◆ EXERCISE DETAILS: Please repeat, from the entries that follow, the lines from the one containing "#149=ORIENTED_EDGE('',*,*,#63,.F.);" through the one containing "#167=ADVANCED_BREP_SHAPE_REPRESENTATION('',(#166),#12);" exactly, adding nothing.

= = = = =

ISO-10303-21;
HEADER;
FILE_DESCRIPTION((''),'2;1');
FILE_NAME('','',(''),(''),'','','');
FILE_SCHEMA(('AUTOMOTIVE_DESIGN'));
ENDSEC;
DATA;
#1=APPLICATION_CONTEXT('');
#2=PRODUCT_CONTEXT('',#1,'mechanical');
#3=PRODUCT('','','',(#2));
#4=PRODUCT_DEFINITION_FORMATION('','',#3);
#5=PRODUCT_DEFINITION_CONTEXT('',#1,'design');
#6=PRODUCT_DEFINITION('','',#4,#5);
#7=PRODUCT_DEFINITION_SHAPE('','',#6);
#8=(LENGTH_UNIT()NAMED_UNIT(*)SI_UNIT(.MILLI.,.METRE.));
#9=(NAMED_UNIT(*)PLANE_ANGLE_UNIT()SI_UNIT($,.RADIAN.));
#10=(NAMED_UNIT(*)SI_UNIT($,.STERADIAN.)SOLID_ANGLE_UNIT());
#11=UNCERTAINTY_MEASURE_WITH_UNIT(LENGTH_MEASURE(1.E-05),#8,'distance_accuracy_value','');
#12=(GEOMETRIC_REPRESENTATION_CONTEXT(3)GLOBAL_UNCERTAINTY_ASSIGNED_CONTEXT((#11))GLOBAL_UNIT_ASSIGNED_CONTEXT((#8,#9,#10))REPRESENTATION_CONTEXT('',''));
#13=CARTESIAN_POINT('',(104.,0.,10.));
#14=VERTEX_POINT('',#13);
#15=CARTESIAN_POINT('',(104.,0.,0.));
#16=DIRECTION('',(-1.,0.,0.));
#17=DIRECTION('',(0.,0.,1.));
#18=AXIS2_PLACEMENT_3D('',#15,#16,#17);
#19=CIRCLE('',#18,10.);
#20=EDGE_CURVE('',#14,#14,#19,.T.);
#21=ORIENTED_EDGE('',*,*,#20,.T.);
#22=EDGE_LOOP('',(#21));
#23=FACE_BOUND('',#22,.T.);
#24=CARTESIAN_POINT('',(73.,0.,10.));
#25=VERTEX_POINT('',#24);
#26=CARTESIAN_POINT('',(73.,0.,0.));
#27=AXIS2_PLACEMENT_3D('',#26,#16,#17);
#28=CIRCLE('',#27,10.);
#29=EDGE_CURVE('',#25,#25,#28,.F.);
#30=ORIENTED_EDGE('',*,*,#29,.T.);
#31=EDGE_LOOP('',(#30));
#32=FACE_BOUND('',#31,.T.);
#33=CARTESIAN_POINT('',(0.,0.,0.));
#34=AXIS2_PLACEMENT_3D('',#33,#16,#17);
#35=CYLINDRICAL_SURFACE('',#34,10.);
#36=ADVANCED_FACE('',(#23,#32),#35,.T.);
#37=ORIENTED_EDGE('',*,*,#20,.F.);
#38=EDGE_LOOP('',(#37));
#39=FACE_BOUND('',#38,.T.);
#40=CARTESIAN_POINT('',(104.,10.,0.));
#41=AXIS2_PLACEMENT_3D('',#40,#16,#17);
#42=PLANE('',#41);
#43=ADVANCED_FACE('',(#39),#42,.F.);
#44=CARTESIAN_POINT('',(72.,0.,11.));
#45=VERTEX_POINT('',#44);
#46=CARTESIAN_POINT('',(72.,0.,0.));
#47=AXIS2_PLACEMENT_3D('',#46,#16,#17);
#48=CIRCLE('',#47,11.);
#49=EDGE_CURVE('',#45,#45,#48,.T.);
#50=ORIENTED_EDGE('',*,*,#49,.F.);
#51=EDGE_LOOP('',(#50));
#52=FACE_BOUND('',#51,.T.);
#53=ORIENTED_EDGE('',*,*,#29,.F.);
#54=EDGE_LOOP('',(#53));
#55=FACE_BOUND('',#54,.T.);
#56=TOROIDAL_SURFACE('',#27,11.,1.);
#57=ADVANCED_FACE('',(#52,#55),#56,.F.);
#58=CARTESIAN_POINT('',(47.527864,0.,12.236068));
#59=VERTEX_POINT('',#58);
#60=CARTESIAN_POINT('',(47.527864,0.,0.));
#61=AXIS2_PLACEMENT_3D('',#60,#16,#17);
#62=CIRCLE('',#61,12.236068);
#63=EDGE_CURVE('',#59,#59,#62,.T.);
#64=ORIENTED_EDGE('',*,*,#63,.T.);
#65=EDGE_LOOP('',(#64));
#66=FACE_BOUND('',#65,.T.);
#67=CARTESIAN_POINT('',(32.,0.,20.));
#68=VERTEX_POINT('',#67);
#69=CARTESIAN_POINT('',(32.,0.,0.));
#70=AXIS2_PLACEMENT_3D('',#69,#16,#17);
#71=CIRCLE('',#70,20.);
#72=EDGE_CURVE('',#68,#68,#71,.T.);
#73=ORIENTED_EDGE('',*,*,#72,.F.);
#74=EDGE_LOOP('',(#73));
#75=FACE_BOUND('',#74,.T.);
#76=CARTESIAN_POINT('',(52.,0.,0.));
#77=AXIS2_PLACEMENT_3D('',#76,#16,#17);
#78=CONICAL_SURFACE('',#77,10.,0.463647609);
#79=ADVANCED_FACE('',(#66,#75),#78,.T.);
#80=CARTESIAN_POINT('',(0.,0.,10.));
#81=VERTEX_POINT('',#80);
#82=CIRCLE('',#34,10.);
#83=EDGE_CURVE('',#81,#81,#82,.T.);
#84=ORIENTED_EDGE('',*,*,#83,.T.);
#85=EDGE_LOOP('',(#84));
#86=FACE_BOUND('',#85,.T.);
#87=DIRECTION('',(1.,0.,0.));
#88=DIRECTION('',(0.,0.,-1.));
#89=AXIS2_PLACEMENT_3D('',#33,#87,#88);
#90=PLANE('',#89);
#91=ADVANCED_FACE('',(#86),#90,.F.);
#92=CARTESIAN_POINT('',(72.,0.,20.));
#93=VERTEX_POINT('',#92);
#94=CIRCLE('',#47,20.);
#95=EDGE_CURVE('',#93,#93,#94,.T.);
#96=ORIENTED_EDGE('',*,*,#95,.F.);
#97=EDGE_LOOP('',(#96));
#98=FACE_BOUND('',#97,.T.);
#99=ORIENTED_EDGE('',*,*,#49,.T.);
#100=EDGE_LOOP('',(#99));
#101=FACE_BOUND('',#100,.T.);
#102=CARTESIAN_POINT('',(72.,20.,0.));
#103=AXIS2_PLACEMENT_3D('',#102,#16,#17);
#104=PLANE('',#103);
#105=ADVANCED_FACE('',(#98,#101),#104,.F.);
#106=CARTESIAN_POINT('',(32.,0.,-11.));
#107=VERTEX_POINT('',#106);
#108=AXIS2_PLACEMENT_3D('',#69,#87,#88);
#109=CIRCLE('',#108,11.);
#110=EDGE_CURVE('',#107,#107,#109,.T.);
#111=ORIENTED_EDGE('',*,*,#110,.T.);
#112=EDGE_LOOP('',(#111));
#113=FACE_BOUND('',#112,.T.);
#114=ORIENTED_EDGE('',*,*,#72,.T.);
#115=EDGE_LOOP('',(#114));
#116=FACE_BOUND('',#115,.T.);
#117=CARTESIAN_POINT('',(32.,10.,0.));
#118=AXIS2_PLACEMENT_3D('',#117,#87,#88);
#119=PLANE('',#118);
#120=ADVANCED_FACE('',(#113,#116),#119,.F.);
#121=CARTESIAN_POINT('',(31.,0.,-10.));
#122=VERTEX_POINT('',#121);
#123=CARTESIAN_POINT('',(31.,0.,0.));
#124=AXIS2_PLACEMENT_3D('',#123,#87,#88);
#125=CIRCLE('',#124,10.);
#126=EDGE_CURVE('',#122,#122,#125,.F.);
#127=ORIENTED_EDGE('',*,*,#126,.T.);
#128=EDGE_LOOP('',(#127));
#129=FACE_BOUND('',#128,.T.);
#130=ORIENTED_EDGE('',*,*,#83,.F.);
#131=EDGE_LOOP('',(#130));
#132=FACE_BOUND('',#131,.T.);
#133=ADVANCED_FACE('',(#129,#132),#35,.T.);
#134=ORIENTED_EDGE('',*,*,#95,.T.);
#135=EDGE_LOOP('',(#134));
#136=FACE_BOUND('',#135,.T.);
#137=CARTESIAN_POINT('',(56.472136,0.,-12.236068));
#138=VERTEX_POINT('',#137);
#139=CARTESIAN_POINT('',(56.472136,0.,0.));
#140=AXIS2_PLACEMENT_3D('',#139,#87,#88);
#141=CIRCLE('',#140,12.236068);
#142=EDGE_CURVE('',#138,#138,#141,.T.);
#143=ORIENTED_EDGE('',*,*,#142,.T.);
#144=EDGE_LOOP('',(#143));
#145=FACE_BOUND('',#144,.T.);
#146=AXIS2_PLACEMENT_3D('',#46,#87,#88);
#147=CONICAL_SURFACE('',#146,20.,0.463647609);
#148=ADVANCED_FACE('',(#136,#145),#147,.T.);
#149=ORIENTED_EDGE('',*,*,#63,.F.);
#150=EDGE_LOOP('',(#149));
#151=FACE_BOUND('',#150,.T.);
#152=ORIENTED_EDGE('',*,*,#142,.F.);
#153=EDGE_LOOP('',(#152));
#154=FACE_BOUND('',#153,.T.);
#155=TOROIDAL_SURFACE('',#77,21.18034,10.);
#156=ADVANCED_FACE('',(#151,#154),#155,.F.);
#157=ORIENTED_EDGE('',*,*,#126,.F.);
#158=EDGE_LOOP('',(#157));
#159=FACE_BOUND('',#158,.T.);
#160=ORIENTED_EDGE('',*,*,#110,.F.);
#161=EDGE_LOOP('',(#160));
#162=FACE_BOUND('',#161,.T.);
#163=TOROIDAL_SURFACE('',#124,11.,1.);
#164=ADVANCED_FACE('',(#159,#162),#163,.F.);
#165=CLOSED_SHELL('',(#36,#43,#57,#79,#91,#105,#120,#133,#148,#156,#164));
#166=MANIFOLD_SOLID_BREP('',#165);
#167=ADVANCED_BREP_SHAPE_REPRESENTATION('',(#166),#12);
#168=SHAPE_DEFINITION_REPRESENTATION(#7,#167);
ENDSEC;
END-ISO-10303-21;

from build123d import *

# Parameters (mm, degrees)
FILLET1_R = 1
FILLET2_R = 10


with BuildPart() as part:
    # Sketch1 → Revolve1 (revolve)
    with BuildSketch(Plane.XY, mode=Mode.PRIVATE) as revolve1_sk:
        Polygon((0, 0), (0, 10), (32, 10), (32, 20), (52, 10), (72, 20), (72, 10), (104, 10), (104, 0), align=None)
    revolve(revolve1_sk.sketch.rotate(Axis((0, 0, 0), (1, 0, 0)), 90), axis=Axis((0, 0, 0), (1, 0, 0)))

    # Fillet1
    fillet1_edges = [part.edges().sort_by_distance(p)[0] for p in [
        (32, 0, -10),
        (72, 0, -10),
    ]]
    fillet(fillet1_edges, radius=FILLET1_R)

    # Fillet2
    fillet2_edges = [part.edges().sort_by_distance(p)[0] for p in [
        (52, 0, -10),
    ]]
    fillet(fillet2_edges, radius=FILLET2_R)


solid = part.part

= = = = =

◆ OUTPUT FOR THIS EXERCISE:
#149=ORIENTED_EDGE('',*,*,#63,.F.);
#150=EDGE_LOOP('',(#149));
#151=FACE_BOUND('',#150,.T.);
#152=ORIENTED_EDGE('',*,*,#142,.F.);
#153=EDGE_LOOP('',(#152));
#154=FACE_BOUND('',#153,.T.);
#155=TOROIDAL_SURFACE('',#77,21.18034,10.);
#156=ADVANCED_FACE('',(#151,#154),#155,.F.);
#157=ORIENTED_EDGE('',*,*,#126,.F.);
#158=EDGE_LOOP('',(#157));
#159=FACE_BOUND('',#158,.T.);
#160=ORIENTED_EDGE('',*,*,#110,.F.);
#161=EDGE_LOOP('',(#160));
#162=FACE_BOUND('',#161,.T.);
#163=TOROIDAL_SURFACE('',#124,11.,1.);
#164=ADVANCED_FACE('',(#159,#162),#163,.F.);
#165=CLOSED_SHELL('',(#36,#43,#57,#79,#91,#105,#120,#133,#148,#156,#164));
#166=MANIFOLD_SOLID_BREP('',#165);
#167=ADVANCED_BREP_SHAPE_REPRESENTATION('',(#166),#12);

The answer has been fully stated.